The investigation is active with no additional details being available at the moment. However, OPC isn’t the only body looking into AI. Last week, Hundreds of global experts and named figures in the tech industry like Elon Musk and Steve Wozniak called for a six-month pause on the training of all AI models more powerful than GPT-4 in a letter produced by the Freedom of Life Institute. The letter goes on to state that AI systems with human-competitive intelligence can pose profound risks to society and humanity.

Italy also blocked ChatGPT over concerns regarding data use on Friday with the Europol warning that criminals are already taking advantage of the AI-based chatbot to commit fraud and other cybercrimes. As for the OPC itself, privacy commissioner Philippe Dufresne hasn’t said anything extreme, but he did claim that “AI technology and its effects on privacy is a priority” for his office. He also pointed out the need to “keep up with – and stay ahead of – fast-moving technological advances”, one of his key focus areas as commissioner. 

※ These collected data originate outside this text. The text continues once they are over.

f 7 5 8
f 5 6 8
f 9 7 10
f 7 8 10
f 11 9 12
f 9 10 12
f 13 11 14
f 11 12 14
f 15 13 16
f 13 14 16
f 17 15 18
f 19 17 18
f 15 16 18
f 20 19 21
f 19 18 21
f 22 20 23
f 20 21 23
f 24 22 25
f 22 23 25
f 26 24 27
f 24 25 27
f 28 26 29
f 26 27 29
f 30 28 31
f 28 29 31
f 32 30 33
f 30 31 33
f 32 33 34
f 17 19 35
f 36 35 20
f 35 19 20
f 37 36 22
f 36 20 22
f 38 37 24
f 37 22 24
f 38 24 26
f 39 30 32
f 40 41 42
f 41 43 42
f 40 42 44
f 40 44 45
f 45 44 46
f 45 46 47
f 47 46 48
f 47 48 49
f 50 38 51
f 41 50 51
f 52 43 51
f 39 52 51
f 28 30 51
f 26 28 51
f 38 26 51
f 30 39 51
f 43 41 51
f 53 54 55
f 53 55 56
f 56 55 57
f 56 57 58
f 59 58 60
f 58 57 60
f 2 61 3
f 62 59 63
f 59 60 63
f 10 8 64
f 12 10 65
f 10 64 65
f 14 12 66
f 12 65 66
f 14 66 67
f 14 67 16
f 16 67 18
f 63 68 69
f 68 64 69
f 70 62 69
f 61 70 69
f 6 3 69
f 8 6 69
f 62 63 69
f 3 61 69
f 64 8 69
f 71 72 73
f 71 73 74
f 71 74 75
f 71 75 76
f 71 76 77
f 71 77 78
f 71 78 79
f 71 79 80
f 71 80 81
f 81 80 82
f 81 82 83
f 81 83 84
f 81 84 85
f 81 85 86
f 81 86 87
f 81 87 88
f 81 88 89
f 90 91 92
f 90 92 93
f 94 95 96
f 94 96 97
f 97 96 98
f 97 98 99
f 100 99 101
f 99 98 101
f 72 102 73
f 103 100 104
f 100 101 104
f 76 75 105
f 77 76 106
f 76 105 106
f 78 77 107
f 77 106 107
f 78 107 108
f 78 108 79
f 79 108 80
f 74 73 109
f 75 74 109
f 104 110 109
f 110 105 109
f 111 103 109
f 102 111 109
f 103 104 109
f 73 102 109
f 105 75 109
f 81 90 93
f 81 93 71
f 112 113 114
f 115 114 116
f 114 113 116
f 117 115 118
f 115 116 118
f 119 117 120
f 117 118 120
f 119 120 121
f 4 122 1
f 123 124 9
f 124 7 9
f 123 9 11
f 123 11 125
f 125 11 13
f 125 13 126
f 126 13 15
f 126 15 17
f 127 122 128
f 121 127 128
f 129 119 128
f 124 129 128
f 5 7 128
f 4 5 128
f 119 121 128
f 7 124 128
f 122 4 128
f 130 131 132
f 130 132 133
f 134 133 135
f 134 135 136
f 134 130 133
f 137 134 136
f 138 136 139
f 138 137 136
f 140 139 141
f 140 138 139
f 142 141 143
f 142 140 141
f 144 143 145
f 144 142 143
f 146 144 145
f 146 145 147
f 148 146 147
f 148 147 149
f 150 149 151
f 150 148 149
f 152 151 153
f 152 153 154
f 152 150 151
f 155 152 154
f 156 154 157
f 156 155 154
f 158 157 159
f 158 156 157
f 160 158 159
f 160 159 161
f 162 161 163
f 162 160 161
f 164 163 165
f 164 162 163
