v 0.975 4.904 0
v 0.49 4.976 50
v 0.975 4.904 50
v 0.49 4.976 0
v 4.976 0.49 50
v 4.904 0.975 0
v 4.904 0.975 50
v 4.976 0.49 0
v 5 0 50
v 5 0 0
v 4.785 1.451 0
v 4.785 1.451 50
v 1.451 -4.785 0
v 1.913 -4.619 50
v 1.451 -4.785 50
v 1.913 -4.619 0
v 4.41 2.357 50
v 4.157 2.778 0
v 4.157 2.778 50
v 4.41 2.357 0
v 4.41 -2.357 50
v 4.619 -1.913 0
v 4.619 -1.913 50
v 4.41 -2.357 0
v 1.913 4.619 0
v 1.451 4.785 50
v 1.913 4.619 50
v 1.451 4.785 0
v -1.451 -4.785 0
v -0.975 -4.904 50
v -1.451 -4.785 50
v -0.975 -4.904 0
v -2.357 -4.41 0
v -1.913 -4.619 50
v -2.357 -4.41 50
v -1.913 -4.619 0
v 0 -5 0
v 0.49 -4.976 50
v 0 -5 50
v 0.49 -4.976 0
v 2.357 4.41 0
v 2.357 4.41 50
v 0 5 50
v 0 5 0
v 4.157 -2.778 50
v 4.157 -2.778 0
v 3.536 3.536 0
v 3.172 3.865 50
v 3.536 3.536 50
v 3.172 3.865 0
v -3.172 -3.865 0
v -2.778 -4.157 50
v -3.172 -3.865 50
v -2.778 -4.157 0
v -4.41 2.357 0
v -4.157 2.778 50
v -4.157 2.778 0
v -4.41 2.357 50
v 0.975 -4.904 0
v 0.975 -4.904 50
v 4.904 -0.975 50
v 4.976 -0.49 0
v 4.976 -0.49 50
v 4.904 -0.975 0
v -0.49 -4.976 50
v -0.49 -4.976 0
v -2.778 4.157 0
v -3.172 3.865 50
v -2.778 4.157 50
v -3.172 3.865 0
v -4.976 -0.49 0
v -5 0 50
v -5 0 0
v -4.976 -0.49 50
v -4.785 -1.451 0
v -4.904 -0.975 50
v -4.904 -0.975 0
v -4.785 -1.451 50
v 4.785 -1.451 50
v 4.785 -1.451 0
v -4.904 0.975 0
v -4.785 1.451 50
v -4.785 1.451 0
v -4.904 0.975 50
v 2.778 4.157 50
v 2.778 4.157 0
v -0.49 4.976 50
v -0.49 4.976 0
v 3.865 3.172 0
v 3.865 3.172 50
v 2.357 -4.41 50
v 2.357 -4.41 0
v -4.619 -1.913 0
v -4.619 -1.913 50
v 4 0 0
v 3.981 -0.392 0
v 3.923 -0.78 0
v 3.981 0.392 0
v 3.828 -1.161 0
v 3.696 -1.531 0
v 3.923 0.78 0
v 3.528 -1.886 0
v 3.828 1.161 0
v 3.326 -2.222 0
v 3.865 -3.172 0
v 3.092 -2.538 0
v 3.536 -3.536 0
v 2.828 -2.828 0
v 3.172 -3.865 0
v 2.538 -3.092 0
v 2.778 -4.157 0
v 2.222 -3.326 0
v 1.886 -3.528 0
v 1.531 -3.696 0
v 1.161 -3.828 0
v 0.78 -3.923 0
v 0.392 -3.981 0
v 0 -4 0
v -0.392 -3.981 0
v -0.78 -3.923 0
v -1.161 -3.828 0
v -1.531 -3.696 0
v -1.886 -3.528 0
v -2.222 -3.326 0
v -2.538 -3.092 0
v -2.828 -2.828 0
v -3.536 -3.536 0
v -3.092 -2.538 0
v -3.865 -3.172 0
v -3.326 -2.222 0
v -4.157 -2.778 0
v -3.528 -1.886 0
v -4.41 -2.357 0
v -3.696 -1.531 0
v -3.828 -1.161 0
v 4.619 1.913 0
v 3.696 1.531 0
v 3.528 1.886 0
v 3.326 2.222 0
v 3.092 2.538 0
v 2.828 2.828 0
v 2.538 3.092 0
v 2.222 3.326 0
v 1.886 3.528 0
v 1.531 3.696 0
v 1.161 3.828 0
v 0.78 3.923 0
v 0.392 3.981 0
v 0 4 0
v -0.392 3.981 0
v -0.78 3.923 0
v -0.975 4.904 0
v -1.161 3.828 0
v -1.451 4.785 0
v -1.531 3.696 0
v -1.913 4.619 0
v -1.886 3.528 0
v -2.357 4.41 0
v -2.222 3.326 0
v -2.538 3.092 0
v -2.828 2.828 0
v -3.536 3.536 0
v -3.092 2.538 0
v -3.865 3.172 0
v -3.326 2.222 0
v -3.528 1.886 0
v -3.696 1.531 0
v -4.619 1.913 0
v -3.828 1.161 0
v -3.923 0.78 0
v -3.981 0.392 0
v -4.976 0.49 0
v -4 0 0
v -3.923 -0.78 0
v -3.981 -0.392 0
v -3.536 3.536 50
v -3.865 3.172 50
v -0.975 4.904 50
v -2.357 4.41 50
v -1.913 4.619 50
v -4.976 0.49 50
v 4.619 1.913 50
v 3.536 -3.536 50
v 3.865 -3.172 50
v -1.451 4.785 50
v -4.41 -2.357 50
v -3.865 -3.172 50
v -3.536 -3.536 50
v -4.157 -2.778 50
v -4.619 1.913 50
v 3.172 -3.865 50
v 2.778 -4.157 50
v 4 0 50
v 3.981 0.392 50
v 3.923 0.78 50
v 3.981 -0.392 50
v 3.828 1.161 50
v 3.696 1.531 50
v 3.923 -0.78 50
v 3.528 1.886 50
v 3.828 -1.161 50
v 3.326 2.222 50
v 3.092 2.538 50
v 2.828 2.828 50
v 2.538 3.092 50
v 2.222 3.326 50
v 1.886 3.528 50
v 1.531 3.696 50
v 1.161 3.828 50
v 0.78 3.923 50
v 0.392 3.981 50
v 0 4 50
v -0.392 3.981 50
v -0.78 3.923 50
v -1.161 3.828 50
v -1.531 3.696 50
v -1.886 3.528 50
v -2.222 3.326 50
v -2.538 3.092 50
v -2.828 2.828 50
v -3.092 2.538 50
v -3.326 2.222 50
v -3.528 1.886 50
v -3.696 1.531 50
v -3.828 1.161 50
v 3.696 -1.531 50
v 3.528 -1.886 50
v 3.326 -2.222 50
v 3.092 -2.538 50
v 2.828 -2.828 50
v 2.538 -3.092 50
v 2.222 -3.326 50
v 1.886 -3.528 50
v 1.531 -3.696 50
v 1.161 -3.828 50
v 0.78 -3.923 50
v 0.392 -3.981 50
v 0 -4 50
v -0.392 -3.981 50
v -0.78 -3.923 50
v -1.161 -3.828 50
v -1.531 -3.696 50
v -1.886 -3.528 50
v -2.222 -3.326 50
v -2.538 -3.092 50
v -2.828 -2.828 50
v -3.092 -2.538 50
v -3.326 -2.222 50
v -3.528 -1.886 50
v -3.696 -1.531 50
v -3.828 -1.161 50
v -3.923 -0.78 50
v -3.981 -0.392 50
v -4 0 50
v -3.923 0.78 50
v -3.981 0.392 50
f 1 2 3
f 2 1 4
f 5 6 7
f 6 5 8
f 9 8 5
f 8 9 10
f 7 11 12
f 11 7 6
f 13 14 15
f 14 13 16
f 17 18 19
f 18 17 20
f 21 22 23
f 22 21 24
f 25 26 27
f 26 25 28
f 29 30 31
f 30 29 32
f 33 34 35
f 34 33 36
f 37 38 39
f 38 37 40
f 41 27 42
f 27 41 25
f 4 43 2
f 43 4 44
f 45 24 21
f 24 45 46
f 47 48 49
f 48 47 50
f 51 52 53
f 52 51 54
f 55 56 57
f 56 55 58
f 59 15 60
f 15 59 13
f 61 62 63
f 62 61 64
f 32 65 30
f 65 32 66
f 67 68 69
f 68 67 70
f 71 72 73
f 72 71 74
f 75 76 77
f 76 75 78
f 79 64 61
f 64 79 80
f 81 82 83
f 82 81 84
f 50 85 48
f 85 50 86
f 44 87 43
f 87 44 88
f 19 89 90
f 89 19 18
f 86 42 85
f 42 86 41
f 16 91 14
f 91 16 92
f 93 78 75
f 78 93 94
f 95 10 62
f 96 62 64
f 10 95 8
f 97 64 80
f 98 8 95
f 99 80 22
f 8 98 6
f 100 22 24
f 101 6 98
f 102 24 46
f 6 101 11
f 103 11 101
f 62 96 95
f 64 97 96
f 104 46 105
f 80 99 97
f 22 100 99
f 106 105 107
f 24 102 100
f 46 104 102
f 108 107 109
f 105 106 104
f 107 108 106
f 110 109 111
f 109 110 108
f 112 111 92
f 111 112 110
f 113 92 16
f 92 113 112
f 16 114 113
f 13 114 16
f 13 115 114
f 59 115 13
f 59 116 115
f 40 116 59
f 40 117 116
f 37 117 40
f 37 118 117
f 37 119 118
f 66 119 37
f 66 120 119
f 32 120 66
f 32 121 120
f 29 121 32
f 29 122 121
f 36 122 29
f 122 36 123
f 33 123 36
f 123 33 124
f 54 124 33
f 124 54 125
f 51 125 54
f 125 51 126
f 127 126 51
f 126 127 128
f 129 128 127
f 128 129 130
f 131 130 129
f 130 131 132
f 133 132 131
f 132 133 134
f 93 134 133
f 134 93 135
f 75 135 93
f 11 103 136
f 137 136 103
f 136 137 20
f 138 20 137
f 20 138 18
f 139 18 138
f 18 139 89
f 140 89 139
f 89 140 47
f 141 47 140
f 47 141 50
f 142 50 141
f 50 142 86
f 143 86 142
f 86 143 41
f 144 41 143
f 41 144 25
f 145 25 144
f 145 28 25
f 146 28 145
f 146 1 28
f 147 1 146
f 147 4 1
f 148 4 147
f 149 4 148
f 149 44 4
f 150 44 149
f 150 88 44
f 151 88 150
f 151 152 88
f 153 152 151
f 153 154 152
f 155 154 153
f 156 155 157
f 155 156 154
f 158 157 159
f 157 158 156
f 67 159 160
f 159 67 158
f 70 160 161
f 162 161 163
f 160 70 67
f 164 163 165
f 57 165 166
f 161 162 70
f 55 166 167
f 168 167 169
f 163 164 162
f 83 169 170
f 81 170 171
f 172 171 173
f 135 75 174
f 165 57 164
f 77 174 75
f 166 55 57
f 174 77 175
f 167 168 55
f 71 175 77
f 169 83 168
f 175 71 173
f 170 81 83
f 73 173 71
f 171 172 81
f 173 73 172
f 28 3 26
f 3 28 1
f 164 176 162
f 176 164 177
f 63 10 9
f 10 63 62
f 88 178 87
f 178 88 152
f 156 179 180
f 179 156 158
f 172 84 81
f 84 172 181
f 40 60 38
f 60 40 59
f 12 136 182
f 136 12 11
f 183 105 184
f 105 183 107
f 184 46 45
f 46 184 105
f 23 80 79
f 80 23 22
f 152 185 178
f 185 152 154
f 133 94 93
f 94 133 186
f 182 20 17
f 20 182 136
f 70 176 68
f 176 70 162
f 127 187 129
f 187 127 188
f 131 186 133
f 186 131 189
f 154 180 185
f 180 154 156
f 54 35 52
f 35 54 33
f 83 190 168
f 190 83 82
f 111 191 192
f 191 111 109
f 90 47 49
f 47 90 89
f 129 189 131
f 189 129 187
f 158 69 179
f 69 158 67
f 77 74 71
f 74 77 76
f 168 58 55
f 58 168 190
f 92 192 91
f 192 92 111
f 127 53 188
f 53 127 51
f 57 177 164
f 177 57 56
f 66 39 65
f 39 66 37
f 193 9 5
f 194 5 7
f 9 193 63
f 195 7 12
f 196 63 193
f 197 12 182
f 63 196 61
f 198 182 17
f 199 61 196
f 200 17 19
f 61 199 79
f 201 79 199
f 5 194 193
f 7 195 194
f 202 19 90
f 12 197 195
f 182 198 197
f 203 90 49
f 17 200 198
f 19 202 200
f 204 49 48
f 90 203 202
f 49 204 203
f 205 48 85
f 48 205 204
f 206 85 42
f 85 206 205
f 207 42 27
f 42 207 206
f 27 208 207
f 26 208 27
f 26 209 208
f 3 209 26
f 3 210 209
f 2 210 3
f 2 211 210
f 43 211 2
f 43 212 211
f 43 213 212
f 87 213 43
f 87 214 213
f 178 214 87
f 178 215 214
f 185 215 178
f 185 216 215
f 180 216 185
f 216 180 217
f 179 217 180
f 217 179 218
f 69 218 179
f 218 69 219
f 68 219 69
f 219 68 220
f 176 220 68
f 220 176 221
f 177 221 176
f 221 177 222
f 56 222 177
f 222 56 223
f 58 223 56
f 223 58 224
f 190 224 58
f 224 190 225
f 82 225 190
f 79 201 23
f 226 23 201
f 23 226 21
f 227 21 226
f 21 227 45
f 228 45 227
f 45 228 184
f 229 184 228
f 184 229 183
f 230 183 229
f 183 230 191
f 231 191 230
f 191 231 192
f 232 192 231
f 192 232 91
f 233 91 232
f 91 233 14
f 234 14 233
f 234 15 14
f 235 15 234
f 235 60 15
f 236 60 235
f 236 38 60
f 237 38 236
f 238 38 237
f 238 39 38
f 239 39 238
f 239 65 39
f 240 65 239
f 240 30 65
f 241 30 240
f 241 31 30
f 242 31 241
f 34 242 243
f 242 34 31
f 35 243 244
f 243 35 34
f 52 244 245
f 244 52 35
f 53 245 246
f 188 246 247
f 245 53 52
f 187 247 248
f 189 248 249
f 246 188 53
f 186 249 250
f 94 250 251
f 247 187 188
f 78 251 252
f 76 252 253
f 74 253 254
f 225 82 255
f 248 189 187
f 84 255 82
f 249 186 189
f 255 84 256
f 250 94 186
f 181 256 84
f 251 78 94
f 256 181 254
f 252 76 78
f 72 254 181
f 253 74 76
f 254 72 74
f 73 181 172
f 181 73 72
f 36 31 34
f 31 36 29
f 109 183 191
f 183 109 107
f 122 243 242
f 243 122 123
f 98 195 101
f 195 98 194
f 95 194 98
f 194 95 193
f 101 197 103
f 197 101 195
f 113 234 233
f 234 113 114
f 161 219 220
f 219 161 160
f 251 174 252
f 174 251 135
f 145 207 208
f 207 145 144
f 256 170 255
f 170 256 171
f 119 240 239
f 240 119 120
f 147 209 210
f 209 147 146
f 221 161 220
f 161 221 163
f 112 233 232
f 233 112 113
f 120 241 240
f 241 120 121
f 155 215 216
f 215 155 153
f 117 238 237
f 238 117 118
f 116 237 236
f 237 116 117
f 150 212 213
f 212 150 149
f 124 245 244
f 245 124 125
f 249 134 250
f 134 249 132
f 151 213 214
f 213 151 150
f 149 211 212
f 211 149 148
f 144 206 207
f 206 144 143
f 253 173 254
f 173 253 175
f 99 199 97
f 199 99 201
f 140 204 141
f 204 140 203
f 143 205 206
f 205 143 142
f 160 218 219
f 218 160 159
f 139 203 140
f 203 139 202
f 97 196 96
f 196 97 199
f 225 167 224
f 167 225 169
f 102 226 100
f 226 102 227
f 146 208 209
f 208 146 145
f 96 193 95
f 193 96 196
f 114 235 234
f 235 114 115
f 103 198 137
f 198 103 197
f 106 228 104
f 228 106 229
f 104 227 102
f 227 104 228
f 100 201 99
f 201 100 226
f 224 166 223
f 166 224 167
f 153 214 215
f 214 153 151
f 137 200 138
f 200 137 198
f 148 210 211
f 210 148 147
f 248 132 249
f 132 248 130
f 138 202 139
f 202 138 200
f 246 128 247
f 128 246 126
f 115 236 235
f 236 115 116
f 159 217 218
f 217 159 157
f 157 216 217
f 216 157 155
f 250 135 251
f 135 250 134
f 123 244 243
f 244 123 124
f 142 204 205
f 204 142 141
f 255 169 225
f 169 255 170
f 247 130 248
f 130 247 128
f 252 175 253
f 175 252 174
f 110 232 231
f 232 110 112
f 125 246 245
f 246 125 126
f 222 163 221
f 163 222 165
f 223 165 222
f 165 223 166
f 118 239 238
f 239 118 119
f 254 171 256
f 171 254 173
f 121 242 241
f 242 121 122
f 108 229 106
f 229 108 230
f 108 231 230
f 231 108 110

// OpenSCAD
module ptfe_heatshrink_sleeving(outer_diameter=10, inner_diameter=8, length=50) {
    difference() {
        cylinder(h=length, d=outer_diameter, $fn=64);
        translate([0, 0, -1])
            cylinder(h=length + 2, d=inner_diameter, $fn=64);
    }
}

ptfe_heatshrink_sleeving();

Regardless of the legal hoops and warnings, tech giants like Microsoft and Google have already dumped billions into AI research with Microsoft integrating GPT-4 with just about every tool and service it offers. Google’s BARD did get off to a terrible start at its debut event, but it’s also seeing regular updates and developments to bring it up to speed. 

In its current state, ChatGPT is already being considered a potential competitor to Google’s search engine, something quite unnerving for the latter. Additionally, with GPT-4, OpenAI is now able to access much more data making the chatbot all the more impressive.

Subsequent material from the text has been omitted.